### INPUT DATA
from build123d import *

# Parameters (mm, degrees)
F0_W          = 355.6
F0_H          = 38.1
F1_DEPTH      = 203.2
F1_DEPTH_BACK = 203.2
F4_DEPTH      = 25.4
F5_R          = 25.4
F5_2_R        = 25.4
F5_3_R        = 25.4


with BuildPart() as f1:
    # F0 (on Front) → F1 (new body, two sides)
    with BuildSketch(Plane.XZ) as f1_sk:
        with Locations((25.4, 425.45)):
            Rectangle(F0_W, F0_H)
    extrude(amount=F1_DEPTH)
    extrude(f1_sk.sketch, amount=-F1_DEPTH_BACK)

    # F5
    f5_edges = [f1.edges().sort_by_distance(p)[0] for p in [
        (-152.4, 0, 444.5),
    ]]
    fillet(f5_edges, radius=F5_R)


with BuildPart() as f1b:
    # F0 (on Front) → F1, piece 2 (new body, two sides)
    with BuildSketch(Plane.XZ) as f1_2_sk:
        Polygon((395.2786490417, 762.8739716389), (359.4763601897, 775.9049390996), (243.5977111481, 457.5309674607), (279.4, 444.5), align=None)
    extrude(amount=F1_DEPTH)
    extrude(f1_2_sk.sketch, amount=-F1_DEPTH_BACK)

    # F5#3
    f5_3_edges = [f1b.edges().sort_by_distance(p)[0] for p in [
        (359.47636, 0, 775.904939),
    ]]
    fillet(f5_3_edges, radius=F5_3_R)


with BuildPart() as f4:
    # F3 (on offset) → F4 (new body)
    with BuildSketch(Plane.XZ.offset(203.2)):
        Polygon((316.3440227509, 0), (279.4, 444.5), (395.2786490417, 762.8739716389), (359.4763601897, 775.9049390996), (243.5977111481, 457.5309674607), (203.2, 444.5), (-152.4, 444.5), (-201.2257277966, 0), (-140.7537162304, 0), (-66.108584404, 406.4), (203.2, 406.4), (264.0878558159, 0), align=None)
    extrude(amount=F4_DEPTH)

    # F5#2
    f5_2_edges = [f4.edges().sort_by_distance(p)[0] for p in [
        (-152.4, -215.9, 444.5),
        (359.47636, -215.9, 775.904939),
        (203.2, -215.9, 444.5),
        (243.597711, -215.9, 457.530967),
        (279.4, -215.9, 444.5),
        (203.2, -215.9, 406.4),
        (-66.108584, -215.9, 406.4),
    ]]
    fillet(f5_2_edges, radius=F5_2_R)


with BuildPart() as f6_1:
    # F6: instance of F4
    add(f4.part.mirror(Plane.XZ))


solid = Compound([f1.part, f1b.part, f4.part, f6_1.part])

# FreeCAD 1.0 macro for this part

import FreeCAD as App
import Part
import Sketcher
from FreeCAD import Vector
Q = App.Units.Quantity


def edges_at(feature, points):
    """Names of the edges that pass closest to the given points."""
    edges = feature.Shape.Edges
    near = lambda p: min(range(len(edges)), key=lambda i: edges[i].distToShape(Part.Vertex(*p))[0])
    return sorted({f"Edge{near(p) + 1}" for p in points})


def add_polygon(sketch, points):
    """Adds a closed chain of lines whose ends are joined by coincident constraints."""
    first, n = sketch.GeometryCount, len(points)
    for a, b in zip(points, points[1:] + points[:1]):
        sketch.addGeometry(Part.LineSegment(App.Vector(*a, 0), App.Vector(*b, 0)), False)
    for i in range(n):
        sketch.addConstraint(Sketcher.Constraint("Coincident", first + i, 2, first + (i + 1) % n, 1))

doc = App.newDocument("Part")
body = doc.addObject("PartDesign::Body", "Body")

sketch1 = doc.addObject("Sketcher::SketchObject", "Sketch")
body.addObject(sketch1)
sketch1.AttachmentSupport = (doc.XZ_Plane, [""])
sketch1.MapMode = "FlatFace"
add_polygon(sketch1, [(-152, 444), (-152, 406), (203, 406), (203, 444)])
sketch1.addConstraint([
    Sketcher.Constraint("Vertical", 0),
    Sketcher.Constraint("Horizontal", 1),
    Sketcher.Constraint("Vertical", 2),
    Sketcher.Constraint("Horizontal", 3),
    Sketcher.Constraint("DistanceX", 1, 1, 1, 2, Q("14 in")),
    Sketcher.Constraint("DistanceY", 0, 2, 0, 1, Q("1.5 in")),
    Sketcher.Constraint("DistanceX", 0, 2, -1, 1, Q("6 in")),
    Sketcher.Constraint("DistanceY", -1, 1, 0, 2, Q("16 in")),
])
pad1 = doc.addObject("PartDesign::Pad", "Pad")
body.addObject(pad1)
pad1.Profile = sketch1
pad1.Type = "TwoLengths"
pad1.Length = Q("8 in")
pad1.Length2 = Q("8 in")
doc.recompute()

fillet = doc.addObject("PartDesign::Fillet", "Fillet")
body.addObject(fillet)
fillet.Base = (pad1, edges_at(pad1, [(-152.4, 0, 444.5)]))
fillet.Radius = Q("1 in")
body2 = doc.addObject("PartDesign::Body", "Body001")

sketch2 = doc.addObject("Sketcher::SketchObject", "Sketch001")
body2.addObject(sketch2)
sketch2.AttachmentSupport = (doc.getObject("XZ_Plane001"), [""])
sketch2.MapMode = "FlatFace"
add_polygon(sketch2, [(395, 763), (359, 776), (244, 458), (279, 444)])
sketch2.addConstraint([
    Sketcher.Constraint("Perpendicular", 0, 1),
    Sketcher.Constraint("Perpendicular", 1, 2),
    Sketcher.Constraint("Perpendicular", 2, 3),
    Sketcher.Constraint("DistanceX", -1, 1, 2, 2, Q("11 in")),
    Sketcher.Constraint("Angle", 0, Q("160 deg")),
    Sketcher.Constraint("Distance", 0, Q("1.5 in")),
    Sketcher.Constraint("DistanceY", -1, 1, 2, 2, Q("17.5 in")),
    Sketcher.Constraint("DistanceX", -1, 1, 0, 2, 359.47636),
])
pad2 = doc.addObject("PartDesign::Pad", "Pad001")
body2.addObject(pad2)
pad2.Profile = sketch2
pad2.Type = "TwoLengths"
pad2.Length = Q("8 in")
pad2.Length2 = Q("8 in")
doc.recompute()

fillet2 = doc.addObject("PartDesign::Fillet", "Fillet001")
body2.addObject(fillet2)
fillet2.Base = (pad2, edges_at(pad2, [(359.476, 0, 775.905)]))
fillet2.Radius = Q("1 in")
body3 = doc.addObject("PartDesign::Body", "Body002")

sketch3 = doc.addObject("Sketcher::SketchObject", "Sketch002")
body3.addObject(sketch3)
sketch3.AttachmentSupport = (doc.getObject("XZ_Plane002"), [""])
sketch3.MapMode = "FlatFace"
sketch3.AttachmentOffset = App.Placement(Vector(0, 0, 8 * 25.4), App.Rotation())
add_polygon(sketch3, [(316, 0), (279, 444), (395, 763), (359, 776), (244, 458), (203, 444), (-152, 444), (-201, 0), (-141, 0), (-66, 406), (203, 406), (264, 0)])
sketch3.addConstraint([
    Sketcher.Constraint("Horizontal", 5),
    Sketcher.Constraint("Horizontal", 7),
    Sketcher.Constraint("Horizontal", 9),
    Sketcher.Constraint("Horizontal", 11),
    Sketcher.Constraint("PointOnObject", 6, 2, -1),
    Sketcher.Constraint("PointOnObject", 10, 2, -1),
    Sketcher.Constraint("Perpendicular", 1, 2),
    Sketcher.Constraint("Perpendicular", 2, 3),
    Sketcher.Constraint("Horizontal", 0, 2, 4, 2),
    Sketcher.Constraint("Vertical", 4, 2, 9, 2),
    Sketcher.Constraint("Equal", 1, 3),
    Sketcher.Constraint("DistanceX", 5, 2, 5, 1, Q("14 in")),
    Sketcher.Constraint("DistanceX", -1, 1, 0, 2, Q("11 in")),
    Sketcher.Constraint("DistanceX", -1, 1, 4, 2, Q("8 in")),
    Sketcher.Constraint("DistanceY", -1, 1, 8, 2, Q("16 in")),
    Sketcher.Constraint("Angle", 1, Q("70 deg")),
    Sketcher.Constraint("Distance", 2, Q("1.5 in")),
    Sketcher.Constraint("DistanceY", -1, 1, 0, 2, Q("17.5 in")),
    Sketcher.Constraint("DistanceX", 9, 1, 9, 2, Q("10.6027002 in")),
    Sketcher.Constraint("DistanceX", 7, 1, 7, 2, 60.472012),
    Sketcher.Constraint("Distance", 6, 447.17357),
    Sketcher.Constraint("DistanceX", 11, 1, 11, 2, 52.256167),
    Sketcher.Constraint("DistanceX", -1, 1, 1, 2, 395.278649),
    Sketcher.Constraint("DistanceX", 7, 2, 11, 2, 457.097739),
])
pad3 = doc.addObject("PartDesign::Pad", "Pad002")
body3.addObject(pad3)
pad3.Profile = sketch3
pad3.Length = Q("1 in")
doc.recompute()

fillet3 = doc.addObject("PartDesign::Fillet", "Fillet002")
body3.addObject(fillet3)
fillet3.Base = (pad3, edges_at(pad3, [
    (-152.4, -215.9, 444.5),
    (359.476, -215.9, 775.905),
    (203.2, -215.9, 444.5),
    (243.598, -215.9, 457.531),
    (279.4, -215.9, 444.5),
    (203.2, -215.9, 406.4),
    (-66.109, -215.9, 406.4),
]))
fillet3.Radius = Q("1 in")
body4 = doc.addObject("PartDesign::Body", "Body003")
doc.recompute()

mirroring = doc.addObject("Part::Mirroring", "Mirroring")
mirroring.Source = body3
mirroring.Base = Vector(0, 0, 0)
mirroring.Normal = Vector(0, -1, 0)
body4.BaseFeature = mirroring
doc.recompute()
mirroring.Visibility = False

doc.recompute()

### ABOUT THIS EXERCISE
Only lines containing the word "with" should be copied from the material above.

### TASK RESPONSE
with BuildPart() as f1:
    with BuildSketch(Plane.XZ) as f1_sk:
        with Locations((25.4, 425.45)):
with BuildPart() as f1b:
    with BuildSketch(Plane.XZ) as f1_2_sk:
with BuildPart() as f4:
    with BuildSketch(Plane.XZ.offset(203.2)):
with BuildPart() as f6_1:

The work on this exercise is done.